(Stored data)
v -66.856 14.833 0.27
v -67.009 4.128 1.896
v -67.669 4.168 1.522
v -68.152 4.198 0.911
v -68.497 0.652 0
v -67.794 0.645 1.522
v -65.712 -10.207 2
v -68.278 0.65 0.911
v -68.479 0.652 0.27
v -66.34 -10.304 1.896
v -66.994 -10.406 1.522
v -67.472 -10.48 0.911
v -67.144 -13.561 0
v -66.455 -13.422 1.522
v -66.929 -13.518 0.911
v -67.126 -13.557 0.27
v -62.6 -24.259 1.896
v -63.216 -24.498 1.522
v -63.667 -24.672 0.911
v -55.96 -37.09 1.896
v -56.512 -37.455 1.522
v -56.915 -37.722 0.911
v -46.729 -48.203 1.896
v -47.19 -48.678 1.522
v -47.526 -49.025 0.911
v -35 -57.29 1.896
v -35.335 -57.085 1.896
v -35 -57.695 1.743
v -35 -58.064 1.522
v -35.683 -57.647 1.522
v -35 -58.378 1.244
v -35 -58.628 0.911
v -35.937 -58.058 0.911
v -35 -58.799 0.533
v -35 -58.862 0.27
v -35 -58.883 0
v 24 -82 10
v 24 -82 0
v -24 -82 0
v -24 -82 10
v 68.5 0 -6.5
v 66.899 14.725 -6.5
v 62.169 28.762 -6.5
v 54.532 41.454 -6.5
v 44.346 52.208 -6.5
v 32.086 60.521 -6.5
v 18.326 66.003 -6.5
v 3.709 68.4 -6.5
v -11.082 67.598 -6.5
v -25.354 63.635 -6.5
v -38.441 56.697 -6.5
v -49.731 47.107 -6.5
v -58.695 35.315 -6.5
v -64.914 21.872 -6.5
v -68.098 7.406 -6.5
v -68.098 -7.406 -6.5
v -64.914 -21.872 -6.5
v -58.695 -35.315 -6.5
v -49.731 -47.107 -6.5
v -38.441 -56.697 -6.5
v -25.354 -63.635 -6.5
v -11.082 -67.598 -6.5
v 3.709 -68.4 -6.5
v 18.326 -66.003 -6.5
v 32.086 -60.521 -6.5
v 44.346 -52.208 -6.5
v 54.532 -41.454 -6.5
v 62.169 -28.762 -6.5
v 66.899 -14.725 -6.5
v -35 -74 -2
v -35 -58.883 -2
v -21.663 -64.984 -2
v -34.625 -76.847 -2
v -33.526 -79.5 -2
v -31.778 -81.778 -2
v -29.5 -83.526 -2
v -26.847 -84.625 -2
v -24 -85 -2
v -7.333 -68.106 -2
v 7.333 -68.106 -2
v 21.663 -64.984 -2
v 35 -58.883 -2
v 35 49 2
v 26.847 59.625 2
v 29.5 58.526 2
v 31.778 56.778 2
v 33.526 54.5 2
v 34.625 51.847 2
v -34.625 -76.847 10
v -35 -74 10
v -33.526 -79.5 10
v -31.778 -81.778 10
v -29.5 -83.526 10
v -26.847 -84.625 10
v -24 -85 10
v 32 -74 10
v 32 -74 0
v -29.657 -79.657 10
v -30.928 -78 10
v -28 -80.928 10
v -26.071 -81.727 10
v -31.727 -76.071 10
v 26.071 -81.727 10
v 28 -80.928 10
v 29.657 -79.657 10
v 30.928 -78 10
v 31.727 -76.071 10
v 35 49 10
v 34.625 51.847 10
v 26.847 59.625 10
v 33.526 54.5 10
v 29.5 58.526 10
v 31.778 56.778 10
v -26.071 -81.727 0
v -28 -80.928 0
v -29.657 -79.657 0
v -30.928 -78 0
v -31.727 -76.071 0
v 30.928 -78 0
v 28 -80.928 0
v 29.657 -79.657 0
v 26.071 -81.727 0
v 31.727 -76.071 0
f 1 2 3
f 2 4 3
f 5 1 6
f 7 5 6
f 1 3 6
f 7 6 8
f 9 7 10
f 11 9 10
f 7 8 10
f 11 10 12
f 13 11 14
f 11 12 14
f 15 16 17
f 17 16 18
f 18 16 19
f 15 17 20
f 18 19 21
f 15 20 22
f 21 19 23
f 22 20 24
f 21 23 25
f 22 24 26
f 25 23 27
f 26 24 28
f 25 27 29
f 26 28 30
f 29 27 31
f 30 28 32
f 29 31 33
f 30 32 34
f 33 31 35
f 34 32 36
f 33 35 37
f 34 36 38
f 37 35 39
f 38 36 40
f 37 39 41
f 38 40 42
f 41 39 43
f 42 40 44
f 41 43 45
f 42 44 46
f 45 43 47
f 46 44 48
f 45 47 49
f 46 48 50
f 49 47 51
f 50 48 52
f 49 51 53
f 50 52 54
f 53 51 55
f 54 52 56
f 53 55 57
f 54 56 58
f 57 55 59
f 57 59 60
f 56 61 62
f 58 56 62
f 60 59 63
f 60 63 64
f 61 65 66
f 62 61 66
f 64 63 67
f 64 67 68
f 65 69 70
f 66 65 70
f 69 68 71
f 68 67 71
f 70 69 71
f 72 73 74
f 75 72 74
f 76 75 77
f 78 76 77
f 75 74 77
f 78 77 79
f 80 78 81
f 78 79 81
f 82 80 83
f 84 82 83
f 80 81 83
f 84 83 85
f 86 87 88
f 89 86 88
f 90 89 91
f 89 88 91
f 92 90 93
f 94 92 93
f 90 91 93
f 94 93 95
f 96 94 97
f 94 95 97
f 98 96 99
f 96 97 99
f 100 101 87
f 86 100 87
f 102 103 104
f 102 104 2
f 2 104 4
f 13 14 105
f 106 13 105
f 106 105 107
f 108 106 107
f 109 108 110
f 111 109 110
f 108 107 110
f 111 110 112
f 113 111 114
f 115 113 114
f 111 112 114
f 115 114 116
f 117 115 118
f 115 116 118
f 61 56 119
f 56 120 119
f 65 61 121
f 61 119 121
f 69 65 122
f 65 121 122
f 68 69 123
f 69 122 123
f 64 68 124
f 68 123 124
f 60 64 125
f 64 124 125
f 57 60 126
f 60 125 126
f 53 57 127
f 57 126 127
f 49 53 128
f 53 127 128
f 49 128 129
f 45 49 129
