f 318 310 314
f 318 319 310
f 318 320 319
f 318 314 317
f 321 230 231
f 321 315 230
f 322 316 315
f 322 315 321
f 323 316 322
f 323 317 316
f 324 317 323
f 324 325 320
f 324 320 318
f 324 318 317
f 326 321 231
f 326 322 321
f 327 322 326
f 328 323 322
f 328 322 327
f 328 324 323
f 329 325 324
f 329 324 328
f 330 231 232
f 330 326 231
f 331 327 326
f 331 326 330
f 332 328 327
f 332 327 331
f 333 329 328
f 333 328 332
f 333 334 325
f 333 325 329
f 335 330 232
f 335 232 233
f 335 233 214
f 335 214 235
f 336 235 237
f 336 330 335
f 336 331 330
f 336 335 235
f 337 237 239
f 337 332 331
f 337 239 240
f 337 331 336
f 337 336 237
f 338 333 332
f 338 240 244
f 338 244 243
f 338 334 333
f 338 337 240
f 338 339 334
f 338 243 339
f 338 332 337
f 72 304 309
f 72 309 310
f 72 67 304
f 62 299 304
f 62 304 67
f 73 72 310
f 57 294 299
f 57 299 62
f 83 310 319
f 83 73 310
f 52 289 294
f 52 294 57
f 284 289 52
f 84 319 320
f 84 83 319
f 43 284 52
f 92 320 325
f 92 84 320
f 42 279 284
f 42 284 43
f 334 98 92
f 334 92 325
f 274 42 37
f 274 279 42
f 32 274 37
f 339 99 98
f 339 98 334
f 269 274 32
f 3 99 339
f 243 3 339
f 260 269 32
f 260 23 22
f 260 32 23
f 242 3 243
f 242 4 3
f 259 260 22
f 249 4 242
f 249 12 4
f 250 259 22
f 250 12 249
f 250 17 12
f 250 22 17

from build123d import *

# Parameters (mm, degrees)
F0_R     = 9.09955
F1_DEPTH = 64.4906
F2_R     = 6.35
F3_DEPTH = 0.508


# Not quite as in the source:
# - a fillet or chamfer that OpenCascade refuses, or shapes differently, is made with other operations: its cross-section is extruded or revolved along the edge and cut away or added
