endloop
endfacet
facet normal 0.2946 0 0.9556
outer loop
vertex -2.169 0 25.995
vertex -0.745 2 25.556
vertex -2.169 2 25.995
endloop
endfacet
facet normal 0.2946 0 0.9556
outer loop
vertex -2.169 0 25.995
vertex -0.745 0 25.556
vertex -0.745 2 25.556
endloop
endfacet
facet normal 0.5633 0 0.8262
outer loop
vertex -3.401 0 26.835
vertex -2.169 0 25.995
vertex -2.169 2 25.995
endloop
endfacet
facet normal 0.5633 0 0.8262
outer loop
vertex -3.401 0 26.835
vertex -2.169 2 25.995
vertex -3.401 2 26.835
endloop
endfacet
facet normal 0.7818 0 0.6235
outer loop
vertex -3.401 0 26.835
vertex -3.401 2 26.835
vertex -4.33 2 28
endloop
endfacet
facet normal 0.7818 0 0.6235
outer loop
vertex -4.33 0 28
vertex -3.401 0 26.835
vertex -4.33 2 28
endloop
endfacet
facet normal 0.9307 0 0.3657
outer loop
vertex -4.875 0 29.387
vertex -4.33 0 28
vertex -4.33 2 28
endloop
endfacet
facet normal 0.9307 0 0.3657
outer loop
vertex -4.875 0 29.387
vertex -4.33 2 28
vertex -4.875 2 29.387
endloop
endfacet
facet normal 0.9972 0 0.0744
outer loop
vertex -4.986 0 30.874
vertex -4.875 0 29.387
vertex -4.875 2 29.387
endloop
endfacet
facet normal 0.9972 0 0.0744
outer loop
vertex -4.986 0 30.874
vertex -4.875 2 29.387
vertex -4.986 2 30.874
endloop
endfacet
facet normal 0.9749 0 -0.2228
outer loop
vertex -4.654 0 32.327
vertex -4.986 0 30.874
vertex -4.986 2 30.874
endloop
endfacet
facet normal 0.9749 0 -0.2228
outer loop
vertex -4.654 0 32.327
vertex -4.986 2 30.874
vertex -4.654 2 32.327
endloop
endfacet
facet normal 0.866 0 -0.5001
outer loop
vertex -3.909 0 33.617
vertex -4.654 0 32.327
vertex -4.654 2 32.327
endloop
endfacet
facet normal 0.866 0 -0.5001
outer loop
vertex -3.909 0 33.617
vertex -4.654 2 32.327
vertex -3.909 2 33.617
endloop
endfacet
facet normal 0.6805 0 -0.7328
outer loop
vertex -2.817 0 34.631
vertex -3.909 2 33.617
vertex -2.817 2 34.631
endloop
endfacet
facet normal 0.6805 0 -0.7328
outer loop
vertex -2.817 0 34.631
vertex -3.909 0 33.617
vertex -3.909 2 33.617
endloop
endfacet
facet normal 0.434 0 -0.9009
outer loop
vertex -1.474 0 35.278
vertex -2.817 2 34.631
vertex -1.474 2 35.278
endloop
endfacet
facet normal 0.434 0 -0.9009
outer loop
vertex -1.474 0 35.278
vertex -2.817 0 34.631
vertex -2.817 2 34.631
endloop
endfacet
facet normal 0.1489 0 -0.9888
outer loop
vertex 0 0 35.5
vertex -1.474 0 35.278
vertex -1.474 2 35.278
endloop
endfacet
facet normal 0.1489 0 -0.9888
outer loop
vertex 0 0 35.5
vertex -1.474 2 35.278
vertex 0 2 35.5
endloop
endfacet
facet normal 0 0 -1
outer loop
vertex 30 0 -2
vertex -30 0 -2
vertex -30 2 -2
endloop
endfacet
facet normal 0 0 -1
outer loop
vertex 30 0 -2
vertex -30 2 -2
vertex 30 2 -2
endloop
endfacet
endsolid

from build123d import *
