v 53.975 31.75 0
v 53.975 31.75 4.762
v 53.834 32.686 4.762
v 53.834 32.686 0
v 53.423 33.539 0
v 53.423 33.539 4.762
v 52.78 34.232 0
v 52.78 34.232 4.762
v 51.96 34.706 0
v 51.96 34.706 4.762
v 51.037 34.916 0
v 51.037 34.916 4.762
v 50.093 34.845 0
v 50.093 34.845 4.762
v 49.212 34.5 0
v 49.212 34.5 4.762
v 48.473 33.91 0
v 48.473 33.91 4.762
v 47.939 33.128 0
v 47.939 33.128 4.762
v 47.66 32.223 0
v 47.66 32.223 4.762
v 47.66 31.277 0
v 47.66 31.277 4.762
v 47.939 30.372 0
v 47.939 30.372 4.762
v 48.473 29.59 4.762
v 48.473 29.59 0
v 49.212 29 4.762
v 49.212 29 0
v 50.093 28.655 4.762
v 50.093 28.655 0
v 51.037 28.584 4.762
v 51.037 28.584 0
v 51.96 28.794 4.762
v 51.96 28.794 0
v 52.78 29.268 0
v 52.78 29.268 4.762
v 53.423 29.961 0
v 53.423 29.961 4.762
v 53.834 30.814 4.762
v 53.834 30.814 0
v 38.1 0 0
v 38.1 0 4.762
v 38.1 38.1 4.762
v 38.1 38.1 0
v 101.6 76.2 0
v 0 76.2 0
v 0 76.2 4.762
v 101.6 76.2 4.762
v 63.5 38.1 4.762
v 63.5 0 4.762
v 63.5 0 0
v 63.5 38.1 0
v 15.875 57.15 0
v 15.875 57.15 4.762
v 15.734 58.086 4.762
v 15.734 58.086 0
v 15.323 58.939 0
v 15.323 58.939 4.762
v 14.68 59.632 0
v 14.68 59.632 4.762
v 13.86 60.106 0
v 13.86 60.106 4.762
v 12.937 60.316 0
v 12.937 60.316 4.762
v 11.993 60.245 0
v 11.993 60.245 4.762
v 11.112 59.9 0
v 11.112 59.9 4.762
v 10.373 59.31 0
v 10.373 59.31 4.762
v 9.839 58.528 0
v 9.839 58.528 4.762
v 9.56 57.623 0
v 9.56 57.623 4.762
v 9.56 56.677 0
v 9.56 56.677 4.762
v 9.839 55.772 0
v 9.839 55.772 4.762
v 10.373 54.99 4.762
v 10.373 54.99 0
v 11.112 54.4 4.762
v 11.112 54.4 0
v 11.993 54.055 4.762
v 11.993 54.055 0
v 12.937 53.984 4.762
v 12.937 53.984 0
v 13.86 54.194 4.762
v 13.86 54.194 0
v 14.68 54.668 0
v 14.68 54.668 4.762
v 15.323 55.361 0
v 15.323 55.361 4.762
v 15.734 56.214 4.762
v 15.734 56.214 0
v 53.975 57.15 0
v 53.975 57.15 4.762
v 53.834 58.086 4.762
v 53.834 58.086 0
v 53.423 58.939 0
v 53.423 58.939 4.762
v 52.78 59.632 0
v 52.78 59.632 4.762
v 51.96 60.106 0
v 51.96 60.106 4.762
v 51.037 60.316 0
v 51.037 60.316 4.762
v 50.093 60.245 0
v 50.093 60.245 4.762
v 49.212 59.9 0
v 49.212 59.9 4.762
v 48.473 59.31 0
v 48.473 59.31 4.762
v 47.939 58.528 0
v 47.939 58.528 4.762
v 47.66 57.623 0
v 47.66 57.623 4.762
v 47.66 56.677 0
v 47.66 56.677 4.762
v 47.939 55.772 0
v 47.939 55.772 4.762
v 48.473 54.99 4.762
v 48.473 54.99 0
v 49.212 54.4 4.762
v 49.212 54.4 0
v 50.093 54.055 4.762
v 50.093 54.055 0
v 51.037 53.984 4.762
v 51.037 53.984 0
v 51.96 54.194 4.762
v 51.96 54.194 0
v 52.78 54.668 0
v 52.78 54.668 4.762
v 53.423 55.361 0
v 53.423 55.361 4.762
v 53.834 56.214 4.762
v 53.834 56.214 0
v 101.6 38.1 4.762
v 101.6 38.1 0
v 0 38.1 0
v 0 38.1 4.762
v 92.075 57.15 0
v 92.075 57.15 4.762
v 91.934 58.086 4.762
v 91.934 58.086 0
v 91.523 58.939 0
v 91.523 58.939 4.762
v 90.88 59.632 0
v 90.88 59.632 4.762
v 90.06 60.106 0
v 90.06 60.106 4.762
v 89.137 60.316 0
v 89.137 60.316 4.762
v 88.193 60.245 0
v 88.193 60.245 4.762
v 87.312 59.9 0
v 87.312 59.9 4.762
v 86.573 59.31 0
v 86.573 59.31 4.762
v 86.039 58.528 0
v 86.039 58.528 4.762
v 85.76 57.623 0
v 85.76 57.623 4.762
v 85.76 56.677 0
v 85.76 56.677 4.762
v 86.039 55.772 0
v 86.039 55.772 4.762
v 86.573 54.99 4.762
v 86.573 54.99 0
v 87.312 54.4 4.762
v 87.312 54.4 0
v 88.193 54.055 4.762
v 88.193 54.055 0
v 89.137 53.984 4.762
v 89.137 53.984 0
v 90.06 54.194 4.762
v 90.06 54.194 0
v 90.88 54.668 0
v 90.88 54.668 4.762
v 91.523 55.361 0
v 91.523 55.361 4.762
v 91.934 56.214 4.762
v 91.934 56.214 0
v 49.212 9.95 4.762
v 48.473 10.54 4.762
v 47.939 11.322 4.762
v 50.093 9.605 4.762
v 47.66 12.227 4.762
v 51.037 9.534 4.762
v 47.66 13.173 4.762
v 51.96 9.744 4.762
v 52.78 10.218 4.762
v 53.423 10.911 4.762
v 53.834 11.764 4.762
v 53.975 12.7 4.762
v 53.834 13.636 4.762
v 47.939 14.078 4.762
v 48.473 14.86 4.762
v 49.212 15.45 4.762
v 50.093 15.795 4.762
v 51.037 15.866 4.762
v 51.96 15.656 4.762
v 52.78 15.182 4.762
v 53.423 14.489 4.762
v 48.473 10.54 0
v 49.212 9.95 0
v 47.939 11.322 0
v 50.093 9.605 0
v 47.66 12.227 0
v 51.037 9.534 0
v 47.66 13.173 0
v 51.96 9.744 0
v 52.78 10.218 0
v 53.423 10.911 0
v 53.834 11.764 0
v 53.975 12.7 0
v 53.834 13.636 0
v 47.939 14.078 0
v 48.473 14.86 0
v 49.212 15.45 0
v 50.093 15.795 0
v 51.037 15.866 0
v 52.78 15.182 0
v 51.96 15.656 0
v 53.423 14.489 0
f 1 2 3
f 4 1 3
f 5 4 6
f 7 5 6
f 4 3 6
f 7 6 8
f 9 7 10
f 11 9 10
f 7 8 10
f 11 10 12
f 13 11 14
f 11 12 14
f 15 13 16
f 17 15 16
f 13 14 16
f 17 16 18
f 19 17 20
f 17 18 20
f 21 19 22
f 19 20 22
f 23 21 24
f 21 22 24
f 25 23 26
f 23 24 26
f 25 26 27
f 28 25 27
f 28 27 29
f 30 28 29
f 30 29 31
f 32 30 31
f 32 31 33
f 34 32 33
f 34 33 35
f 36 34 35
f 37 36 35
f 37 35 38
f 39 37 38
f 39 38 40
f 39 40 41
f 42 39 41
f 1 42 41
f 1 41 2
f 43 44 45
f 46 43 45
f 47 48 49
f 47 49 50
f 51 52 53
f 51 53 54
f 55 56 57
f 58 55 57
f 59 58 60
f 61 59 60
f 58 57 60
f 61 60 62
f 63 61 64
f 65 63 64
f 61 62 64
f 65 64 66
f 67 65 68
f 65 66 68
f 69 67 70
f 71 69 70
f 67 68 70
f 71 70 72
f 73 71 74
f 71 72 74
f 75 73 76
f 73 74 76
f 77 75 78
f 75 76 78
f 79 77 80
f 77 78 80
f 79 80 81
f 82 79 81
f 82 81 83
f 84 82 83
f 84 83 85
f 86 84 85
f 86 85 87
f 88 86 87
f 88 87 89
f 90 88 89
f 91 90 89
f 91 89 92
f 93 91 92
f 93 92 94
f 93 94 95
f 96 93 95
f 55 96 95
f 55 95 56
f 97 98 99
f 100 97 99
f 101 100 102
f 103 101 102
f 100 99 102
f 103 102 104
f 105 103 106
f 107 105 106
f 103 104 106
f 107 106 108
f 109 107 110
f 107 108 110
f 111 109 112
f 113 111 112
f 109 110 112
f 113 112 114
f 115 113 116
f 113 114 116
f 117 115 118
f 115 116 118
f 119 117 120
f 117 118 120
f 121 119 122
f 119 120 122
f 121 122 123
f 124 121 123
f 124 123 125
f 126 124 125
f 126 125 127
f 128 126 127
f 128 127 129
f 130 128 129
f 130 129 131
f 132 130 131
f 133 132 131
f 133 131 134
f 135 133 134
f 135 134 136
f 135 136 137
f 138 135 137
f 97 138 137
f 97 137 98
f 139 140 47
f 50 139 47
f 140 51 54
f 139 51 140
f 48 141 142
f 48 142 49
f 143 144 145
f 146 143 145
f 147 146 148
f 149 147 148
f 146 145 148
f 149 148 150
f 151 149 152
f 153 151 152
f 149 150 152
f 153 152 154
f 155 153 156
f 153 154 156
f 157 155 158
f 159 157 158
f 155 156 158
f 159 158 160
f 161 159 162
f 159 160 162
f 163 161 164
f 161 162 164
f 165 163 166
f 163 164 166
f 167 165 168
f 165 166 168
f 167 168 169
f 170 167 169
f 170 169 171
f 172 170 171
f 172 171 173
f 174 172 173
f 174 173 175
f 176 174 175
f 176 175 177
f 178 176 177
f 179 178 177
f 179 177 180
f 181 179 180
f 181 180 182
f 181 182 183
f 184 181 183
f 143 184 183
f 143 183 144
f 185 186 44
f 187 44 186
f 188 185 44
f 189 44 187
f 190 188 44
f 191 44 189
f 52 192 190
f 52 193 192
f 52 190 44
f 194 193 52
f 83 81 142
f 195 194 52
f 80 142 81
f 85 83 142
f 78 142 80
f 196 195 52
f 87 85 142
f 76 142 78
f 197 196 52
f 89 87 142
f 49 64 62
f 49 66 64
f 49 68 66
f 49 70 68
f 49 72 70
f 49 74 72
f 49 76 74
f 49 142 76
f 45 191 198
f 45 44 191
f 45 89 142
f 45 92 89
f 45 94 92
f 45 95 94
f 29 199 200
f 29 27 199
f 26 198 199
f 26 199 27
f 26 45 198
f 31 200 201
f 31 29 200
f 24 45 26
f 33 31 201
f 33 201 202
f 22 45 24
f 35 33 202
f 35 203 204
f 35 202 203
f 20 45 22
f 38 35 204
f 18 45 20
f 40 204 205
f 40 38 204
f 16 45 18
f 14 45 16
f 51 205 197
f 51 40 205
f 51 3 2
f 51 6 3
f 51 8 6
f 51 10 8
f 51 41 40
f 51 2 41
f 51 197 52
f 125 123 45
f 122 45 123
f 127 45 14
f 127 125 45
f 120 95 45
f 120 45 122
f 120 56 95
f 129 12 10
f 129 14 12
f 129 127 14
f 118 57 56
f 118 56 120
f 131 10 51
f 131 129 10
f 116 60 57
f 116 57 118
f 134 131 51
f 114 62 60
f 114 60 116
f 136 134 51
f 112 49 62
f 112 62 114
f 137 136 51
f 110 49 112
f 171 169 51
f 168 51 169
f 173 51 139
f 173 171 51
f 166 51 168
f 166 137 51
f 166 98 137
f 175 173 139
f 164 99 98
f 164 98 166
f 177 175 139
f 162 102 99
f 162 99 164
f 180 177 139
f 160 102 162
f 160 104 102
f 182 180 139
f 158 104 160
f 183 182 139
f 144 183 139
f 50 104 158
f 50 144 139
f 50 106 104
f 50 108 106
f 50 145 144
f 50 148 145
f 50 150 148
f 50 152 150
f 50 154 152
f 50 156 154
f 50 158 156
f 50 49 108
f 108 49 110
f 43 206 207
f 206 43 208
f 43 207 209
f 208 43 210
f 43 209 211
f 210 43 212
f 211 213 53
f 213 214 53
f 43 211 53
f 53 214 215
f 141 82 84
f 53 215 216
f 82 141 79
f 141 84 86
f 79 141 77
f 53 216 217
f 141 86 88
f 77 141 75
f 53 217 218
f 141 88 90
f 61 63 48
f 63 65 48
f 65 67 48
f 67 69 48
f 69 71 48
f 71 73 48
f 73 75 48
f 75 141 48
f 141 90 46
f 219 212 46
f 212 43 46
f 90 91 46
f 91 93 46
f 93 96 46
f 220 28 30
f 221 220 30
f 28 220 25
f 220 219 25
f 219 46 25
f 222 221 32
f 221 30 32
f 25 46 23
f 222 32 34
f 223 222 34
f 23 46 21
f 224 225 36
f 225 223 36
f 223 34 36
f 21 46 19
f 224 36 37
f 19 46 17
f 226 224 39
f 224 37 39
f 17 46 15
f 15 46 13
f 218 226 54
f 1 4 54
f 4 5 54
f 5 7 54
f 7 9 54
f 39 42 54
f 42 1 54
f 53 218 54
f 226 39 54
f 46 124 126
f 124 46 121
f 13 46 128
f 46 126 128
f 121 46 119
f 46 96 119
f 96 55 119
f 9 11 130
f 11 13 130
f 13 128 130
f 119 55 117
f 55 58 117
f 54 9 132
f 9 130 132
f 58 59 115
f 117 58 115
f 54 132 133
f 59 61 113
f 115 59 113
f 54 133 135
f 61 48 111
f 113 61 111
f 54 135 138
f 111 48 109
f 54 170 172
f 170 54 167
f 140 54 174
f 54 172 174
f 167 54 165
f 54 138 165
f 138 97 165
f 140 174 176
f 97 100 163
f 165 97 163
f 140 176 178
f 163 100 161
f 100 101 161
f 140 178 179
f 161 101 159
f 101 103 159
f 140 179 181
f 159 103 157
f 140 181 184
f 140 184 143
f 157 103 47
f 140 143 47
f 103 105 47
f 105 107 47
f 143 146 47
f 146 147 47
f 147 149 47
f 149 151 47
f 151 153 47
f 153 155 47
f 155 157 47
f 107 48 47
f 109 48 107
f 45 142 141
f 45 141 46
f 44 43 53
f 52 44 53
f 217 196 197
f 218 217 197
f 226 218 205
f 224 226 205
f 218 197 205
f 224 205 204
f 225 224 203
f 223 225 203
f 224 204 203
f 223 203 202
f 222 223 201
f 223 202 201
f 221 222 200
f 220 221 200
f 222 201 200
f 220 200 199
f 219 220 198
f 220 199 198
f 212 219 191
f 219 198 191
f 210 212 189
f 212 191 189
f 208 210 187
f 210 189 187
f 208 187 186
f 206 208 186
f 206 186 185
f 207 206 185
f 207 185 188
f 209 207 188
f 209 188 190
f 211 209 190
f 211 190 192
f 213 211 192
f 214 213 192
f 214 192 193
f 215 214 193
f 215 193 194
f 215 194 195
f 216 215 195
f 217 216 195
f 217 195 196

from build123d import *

# Parameters (mm, degrees)
F0_W     = 101.6
F0_H     = 76.2
F1_DEPTH = 4.7625
F2_W     = 38.1
F2_H     = 38.1
F3_DEPTH = 25.4
F4_R     = 3.175
F5_DEPTH = 25.4


with BuildPart() as f1:
    # F0 (on Top) → F1 (new body)
    with BuildSketch(Plane.XY):
        with Locations((50.8, 38.1)):
            Rectangle(F0_W, F0_H)
    extrude(amount=F1_DEPTH)

    # F2 (on face) → F3 (cut)
    with BuildSketch(Plane.XY.offset(4.7625)):
        with Locations((82.55, 19.05)):
            Rectangle(F2_W, F2_H)
        with Locations((19.05, 19.05)):
            Rectangle(F2_W, F2_H)
    extrude(amount=-F3_DEPTH, mode=Mode.SUBTRACT)

    # F4 (on face) → F5 (cut)
    with BuildSketch(Plane.XY.offset(4.7625)):
        with Locations((50.8, 12.7)):
            Circle(F4_R)
        with Locations((50.8, 31.75)):
            Circle(F4_R)
        with Locations((12.7, 57.15)):
            Circle(F4_R)
        with Locations((50.8, 57.15)):
            Circle(F4_R)
        with Locations((88.9, 57.15)):
            Circle(F4_R)
    extrude(amount=-F5_DEPTH, mode=Mode.SUBTRACT)


solid = f1.part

* YOUR ASSIGNMENT
Output the lines of the records above exactly as they appear, from the line containing "f 54 138 165" through the line containing "f 217 195 196".

* OUTPUT
f 54 138 165
f 138 97 165
f 140 174 176
f 97 100 163
f 165 97 163
f 140 176 178
f 163 100 161
f 100 101 161
f 140 178 179
f 161 101 159
f 101 103 159
f 140 179 181
f 159 103 157
f 140 181 184
f 140 184 143
f 157 103 47
f 140 143 47
f 103 105 47
f 105 107 47
f 143 146 47
f 146 147 47
f 147 149 47
f 149 151 47
f 151 153 47
f 153 155 47
f 155 157 47
f 107 48 47
f 109 48 107
f 45 142 141
f 45 141 46
f 44 43 53
f 52 44 53
f 217 196 197
f 218 217 197
f 226 218 205
f 224 226 205
f 218 197 205
f 224 205 204
f 225 224 203
f 223 225 203
f 224 204 203
f 223 203 202
f 222 223 201
f 223 202 201
f 221 222 200
f 220 221 200
f 222 201 200
f 220 200 199
f 219 220 198
f 220 199 198
f 212 219 191
f 219 198 191
f 210 212 189
f 212 191 189
f 208 210 187
f 210 189 187
f 208 187 186
f 206 208 186
f 206 186 185
f 207 206 185
f 207 185 188
f 209 207 188
f 209 188 190
f 211 209 190
f 211 190 192
f 213 211 192
f 214 213 192
f 214 192 193
f 215 214 193
f 215 193 194
f 215 194 195
f 216 215 195
f 217 216 195
f 217 195 196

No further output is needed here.